The task: Beneath this instruction is a listing. Transcribe from it only the stretch from the line with "e60 v50 v41 LINE" through the line with "e84 v54 v62 LINE", both end lines included, exactly as written.

□ □ □ □ □ □ □

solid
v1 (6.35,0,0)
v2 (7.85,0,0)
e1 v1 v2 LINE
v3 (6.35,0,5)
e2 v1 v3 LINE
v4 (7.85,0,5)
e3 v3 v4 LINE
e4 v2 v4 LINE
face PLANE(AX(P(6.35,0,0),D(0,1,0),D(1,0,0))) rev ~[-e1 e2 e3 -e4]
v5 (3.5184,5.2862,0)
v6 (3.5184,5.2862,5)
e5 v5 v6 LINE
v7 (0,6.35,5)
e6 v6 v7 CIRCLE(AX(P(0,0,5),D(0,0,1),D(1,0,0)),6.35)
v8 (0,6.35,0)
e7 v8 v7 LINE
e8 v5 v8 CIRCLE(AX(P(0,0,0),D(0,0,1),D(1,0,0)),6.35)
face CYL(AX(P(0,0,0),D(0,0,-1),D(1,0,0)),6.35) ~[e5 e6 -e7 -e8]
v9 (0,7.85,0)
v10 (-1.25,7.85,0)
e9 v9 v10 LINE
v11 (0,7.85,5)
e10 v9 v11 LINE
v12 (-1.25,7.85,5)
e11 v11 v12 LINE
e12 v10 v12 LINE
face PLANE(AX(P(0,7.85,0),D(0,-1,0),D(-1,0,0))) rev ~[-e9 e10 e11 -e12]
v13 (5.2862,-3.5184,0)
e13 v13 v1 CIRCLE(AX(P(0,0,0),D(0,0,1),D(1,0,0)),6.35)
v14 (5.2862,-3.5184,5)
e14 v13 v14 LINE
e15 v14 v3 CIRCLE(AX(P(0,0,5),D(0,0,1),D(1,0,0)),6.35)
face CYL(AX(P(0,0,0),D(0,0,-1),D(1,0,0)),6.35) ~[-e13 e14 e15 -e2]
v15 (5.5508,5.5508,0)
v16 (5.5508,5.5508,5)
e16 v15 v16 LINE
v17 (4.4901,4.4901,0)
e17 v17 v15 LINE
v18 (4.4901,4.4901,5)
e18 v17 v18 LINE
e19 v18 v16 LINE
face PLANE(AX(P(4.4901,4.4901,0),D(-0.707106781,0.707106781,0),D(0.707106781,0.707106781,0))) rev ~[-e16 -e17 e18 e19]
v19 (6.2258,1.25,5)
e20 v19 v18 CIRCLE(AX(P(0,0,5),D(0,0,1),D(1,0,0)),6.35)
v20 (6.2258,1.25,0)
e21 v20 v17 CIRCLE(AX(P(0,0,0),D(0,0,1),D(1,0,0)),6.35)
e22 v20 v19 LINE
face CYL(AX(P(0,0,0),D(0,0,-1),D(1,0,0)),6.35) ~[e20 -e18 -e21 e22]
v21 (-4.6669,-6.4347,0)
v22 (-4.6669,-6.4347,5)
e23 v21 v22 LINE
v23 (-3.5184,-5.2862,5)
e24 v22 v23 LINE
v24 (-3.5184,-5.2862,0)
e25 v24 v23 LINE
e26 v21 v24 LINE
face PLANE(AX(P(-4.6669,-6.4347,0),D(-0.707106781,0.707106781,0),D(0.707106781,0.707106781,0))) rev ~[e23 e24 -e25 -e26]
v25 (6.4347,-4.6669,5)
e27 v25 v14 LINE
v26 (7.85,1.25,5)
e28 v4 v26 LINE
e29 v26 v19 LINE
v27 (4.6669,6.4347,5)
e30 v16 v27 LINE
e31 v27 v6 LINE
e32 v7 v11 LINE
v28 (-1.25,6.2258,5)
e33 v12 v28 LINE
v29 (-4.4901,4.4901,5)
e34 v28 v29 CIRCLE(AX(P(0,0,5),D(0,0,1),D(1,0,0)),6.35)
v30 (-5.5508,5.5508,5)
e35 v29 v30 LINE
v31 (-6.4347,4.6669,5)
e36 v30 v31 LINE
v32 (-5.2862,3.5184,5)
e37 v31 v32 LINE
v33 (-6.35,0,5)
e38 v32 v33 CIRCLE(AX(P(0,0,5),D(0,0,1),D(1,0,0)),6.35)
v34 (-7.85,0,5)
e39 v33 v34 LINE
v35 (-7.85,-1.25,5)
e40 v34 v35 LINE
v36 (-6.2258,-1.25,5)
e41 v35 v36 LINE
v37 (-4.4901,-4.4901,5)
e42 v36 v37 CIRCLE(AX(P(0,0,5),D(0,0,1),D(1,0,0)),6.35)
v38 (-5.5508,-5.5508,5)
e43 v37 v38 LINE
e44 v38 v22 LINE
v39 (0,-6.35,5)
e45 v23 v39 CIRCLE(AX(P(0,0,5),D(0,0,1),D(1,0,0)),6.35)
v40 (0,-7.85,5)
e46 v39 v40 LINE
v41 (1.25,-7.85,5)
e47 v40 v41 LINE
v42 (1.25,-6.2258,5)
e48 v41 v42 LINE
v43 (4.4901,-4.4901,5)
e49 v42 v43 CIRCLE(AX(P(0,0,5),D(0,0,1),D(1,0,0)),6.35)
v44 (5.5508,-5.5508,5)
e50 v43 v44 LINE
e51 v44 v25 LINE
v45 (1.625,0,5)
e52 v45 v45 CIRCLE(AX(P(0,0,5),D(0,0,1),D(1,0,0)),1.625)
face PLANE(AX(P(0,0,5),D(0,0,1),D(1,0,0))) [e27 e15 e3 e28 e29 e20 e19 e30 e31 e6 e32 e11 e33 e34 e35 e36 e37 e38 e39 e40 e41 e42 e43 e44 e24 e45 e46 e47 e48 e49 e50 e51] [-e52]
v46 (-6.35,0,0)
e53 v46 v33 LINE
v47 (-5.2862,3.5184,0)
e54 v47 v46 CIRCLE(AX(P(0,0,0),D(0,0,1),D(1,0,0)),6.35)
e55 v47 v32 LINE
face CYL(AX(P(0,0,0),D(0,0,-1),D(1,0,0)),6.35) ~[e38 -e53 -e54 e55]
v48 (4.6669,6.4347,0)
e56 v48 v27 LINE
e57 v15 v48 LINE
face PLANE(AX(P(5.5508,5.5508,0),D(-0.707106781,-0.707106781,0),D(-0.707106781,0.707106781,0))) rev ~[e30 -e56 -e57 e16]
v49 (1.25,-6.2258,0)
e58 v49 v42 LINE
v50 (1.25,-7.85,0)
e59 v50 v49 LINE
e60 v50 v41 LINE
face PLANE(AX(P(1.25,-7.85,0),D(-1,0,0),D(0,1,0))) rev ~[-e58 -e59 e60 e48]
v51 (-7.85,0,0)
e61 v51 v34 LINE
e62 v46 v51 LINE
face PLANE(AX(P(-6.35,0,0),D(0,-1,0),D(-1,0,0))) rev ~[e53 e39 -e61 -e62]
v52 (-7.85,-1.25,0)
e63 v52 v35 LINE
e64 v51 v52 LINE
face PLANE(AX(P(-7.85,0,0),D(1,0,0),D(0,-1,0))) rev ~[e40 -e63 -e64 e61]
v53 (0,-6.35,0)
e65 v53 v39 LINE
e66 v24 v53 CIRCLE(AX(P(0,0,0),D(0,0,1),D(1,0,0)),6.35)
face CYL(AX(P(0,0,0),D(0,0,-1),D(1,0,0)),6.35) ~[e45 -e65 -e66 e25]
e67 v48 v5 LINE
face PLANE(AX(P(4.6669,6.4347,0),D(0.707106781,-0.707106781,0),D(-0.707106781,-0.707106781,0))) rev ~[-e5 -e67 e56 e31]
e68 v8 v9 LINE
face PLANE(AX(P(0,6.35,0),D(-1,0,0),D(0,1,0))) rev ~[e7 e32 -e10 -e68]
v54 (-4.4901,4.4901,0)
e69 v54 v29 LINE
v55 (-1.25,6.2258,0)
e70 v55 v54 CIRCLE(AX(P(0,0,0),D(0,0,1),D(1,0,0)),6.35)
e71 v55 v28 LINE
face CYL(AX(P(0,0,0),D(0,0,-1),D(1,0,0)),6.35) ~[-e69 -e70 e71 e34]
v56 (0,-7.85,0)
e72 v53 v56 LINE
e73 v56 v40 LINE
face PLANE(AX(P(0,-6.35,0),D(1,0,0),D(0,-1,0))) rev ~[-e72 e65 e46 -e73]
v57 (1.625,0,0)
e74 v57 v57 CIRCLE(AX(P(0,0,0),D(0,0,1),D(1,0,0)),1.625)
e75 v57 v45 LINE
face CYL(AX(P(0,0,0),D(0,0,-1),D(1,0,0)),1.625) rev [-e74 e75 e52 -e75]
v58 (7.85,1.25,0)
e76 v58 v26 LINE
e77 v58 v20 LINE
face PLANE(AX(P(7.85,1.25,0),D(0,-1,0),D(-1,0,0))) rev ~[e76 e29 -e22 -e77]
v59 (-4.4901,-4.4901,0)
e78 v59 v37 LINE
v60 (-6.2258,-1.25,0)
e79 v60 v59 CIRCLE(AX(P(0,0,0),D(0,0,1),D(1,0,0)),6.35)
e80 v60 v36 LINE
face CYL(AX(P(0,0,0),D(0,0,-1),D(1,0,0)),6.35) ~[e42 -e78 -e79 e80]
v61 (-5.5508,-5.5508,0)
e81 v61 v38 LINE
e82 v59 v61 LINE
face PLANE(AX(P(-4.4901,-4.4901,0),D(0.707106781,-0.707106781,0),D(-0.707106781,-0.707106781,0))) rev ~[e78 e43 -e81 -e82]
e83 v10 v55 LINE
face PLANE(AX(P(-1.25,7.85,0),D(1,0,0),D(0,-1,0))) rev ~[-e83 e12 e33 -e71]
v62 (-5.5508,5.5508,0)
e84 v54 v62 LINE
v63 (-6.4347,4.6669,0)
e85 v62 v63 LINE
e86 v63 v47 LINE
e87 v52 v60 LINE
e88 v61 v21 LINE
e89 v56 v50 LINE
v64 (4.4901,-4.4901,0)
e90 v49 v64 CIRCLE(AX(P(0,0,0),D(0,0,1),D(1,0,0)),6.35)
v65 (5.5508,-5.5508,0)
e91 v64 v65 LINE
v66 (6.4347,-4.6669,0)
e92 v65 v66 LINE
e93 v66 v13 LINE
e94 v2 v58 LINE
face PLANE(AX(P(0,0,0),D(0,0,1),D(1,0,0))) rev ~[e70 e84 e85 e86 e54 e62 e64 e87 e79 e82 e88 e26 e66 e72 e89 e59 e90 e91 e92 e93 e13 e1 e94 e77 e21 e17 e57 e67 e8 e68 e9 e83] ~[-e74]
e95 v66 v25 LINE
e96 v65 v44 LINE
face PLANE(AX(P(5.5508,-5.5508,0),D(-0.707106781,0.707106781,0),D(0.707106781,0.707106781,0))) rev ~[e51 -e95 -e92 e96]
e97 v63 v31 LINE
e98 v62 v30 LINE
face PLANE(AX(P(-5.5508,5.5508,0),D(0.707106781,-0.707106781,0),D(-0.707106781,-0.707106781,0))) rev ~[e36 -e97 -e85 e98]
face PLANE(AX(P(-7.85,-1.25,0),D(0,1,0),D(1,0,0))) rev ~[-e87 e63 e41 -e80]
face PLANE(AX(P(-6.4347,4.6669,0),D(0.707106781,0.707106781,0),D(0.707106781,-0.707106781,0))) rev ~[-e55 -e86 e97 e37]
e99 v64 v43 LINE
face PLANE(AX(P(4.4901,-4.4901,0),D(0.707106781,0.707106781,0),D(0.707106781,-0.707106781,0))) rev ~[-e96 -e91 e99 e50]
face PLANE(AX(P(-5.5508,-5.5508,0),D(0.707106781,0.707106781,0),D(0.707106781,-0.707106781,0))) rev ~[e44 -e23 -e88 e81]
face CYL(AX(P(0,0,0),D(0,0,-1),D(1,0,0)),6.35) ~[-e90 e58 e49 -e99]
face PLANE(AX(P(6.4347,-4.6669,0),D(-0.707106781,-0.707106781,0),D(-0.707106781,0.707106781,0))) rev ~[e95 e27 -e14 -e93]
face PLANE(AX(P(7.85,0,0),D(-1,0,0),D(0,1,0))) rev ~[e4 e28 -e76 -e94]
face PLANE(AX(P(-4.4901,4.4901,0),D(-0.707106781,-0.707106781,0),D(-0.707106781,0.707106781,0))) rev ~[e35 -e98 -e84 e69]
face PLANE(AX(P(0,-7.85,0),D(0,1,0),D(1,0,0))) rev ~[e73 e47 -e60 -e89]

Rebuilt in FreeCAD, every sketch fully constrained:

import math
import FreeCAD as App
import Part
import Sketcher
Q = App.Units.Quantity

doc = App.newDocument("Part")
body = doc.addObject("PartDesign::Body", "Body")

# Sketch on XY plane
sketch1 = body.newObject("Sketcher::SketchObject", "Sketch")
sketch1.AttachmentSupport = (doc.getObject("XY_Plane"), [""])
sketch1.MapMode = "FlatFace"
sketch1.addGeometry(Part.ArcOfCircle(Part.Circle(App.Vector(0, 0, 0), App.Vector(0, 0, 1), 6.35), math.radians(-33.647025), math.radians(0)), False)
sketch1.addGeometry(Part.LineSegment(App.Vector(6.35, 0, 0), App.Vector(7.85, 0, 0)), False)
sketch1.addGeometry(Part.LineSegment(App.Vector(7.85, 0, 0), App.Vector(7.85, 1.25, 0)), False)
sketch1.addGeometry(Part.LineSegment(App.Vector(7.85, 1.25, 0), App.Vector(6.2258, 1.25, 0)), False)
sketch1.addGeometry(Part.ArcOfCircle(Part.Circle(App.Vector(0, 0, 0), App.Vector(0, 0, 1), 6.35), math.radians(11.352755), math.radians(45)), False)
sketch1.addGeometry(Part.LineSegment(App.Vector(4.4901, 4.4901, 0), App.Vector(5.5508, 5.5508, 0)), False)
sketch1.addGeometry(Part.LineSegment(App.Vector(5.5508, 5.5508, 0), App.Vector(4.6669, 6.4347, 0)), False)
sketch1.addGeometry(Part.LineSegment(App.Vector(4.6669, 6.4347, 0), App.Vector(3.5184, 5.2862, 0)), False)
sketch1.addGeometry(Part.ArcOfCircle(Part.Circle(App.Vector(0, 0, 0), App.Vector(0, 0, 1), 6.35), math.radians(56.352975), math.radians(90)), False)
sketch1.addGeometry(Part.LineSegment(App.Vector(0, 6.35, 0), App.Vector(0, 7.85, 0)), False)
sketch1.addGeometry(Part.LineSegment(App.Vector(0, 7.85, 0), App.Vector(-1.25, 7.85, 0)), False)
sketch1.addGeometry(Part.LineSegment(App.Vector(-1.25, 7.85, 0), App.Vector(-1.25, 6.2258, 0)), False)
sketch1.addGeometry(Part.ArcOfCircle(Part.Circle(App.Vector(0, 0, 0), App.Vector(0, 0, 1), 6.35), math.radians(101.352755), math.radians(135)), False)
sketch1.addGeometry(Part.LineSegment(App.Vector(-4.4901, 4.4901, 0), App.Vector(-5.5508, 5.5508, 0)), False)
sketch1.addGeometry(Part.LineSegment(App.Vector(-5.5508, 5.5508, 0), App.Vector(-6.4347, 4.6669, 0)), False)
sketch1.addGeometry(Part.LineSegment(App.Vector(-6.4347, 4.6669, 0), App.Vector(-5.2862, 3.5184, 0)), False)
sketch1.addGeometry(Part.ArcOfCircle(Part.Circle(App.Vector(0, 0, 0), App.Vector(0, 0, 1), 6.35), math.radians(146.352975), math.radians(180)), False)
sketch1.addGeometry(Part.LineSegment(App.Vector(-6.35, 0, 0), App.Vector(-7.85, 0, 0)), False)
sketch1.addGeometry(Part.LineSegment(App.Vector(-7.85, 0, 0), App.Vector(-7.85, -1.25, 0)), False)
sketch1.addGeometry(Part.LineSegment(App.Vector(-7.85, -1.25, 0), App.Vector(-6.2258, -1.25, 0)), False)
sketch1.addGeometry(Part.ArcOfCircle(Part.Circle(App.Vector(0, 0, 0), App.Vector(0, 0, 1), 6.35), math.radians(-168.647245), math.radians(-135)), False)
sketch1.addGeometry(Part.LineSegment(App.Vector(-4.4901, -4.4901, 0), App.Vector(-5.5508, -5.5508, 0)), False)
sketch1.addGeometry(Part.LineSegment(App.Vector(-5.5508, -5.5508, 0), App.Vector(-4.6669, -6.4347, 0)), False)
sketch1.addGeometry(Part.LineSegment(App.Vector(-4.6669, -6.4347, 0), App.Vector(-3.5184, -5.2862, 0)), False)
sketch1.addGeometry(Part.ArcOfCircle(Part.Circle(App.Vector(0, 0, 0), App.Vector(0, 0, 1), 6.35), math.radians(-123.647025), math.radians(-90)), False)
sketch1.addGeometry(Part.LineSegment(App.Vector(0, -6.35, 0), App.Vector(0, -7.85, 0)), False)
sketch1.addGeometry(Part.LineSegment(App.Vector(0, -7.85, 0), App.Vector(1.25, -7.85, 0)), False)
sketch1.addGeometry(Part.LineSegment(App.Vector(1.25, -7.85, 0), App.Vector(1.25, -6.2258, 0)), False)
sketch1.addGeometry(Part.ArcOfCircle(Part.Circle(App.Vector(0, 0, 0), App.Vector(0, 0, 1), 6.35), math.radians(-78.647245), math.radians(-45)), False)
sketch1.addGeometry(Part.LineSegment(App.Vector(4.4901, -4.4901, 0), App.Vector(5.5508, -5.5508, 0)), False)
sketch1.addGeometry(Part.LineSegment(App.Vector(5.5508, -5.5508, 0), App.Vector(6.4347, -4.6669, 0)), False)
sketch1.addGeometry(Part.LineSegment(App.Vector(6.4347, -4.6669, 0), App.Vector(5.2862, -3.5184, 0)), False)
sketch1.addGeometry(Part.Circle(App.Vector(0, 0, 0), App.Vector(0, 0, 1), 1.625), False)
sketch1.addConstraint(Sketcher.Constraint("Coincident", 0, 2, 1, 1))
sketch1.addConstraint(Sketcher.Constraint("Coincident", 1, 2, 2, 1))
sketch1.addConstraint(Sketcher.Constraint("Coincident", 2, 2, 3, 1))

□ □ □ □ □ □ □

Problem solution:
e60 v50 v41 LINE
face PLANE(AX(P(1.25,-7.85,0),D(-1,0,0),D(0,1,0))) rev ~[-e58 -e59 e60 e48]
v51 (-7.85,0,0)
e61 v51 v34 LINE
e62 v46 v51 LINE
face PLANE(AX(P(-6.35,0,0),D(0,-1,0),D(-1,0,0))) rev ~[e53 e39 -e61 -e62]
v52 (-7.85,-1.25,0)
e63 v52 v35 LINE
e64 v51 v52 LINE
face PLANE(AX(P(-7.85,0,0),D(1,0,0),D(0,-1,0))) rev ~[e40 -e63 -e64 e61]
v53 (0,-6.35,0)
e65 v53 v39 LINE
e66 v24 v53 CIRCLE(AX(P(0,0,0),D(0,0,1),D(1,0,0)),6.35)
face CYL(AX(P(0,0,0),D(0,0,-1),D(1,0,0)),6.35) ~[e45 -e65 -e66 e25]
e67 v48 v5 LINE
face PLANE(AX(P(4.6669,6.4347,0),D(0.707106781,-0.707106781,0),D(-0.707106781,-0.707106781,0))) rev ~[-e5 -e67 e56 e31]
e68 v8 v9 LINE
face PLANE(AX(P(0,6.35,0),D(-1,0,0),D(0,1,0))) rev ~[e7 e32 -e10 -e68]
v54 (-4.4901,4.4901,0)
e69 v54 v29 LINE
v55 (-1.25,6.2258,0)
e70 v55 v54 CIRCLE(AX(P(0,0,0),D(0,0,1),D(1,0,0)),6.35)
e71 v55 v28 LINE
face CYL(AX(P(0,0,0),D(0,0,-1),D(1,0,0)),6.35) ~[-e69 -e70 e71 e34]
v56 (0,-7.85,0)
e72 v53 v56 LINE
e73 v56 v40 LINE
face PLANE(AX(P(0,-6.35,0),D(1,0,0),D(0,-1,0))) rev ~[-e72 e65 e46 -e73]
v57 (1.625,0,0)
e74 v57 v57 CIRCLE(AX(P(0,0,0),D(0,0,1),D(1,0,0)),1.625)
e75 v57 v45 LINE
face CYL(AX(P(0,0,0),D(0,0,-1),D(1,0,0)),1.625) rev [-e74 e75 e52 -e75]
v58 (7.85,1.25,0)
e76 v58 v26 LINE
e77 v58 v20 LINE
face PLANE(AX(P(7.85,1.25,0),D(0,-1,0),D(-1,0,0))) rev ~[e76 e29 -e22 -e77]
v59 (-4.4901,-4.4901,0)
e78 v59 v37 LINE
v60 (-6.2258,-1.25,0)
e79 v60 v59 CIRCLE(AX(P(0,0,0),D(0,0,1),D(1,0,0)),6.35)
e80 v60 v36 LINE
face CYL(AX(P(0,0,0),D(0,0,-1),D(1,0,0)),6.35) ~[e42 -e78 -e79 e80]
v61 (-5.5508,-5.5508,0)
e81 v61 v38 LINE
e82 v59 v61 LINE
face PLANE(AX(P(-4.4901,-4.4901,0),D(0.707106781,-0.707106781,0),D(-0.707106781,-0.707106781,0))) rev ~[e78 e43 -e81 -e82]
e83 v10 v55 LINE
face PLANE(AX(P(-1.25,7.85,0),D(1,0,0),D(0,-1,0))) rev ~[-e83 e12 e33 -e71]
v62 (-5.5508,5.5508,0)
e84 v54 v62 LINE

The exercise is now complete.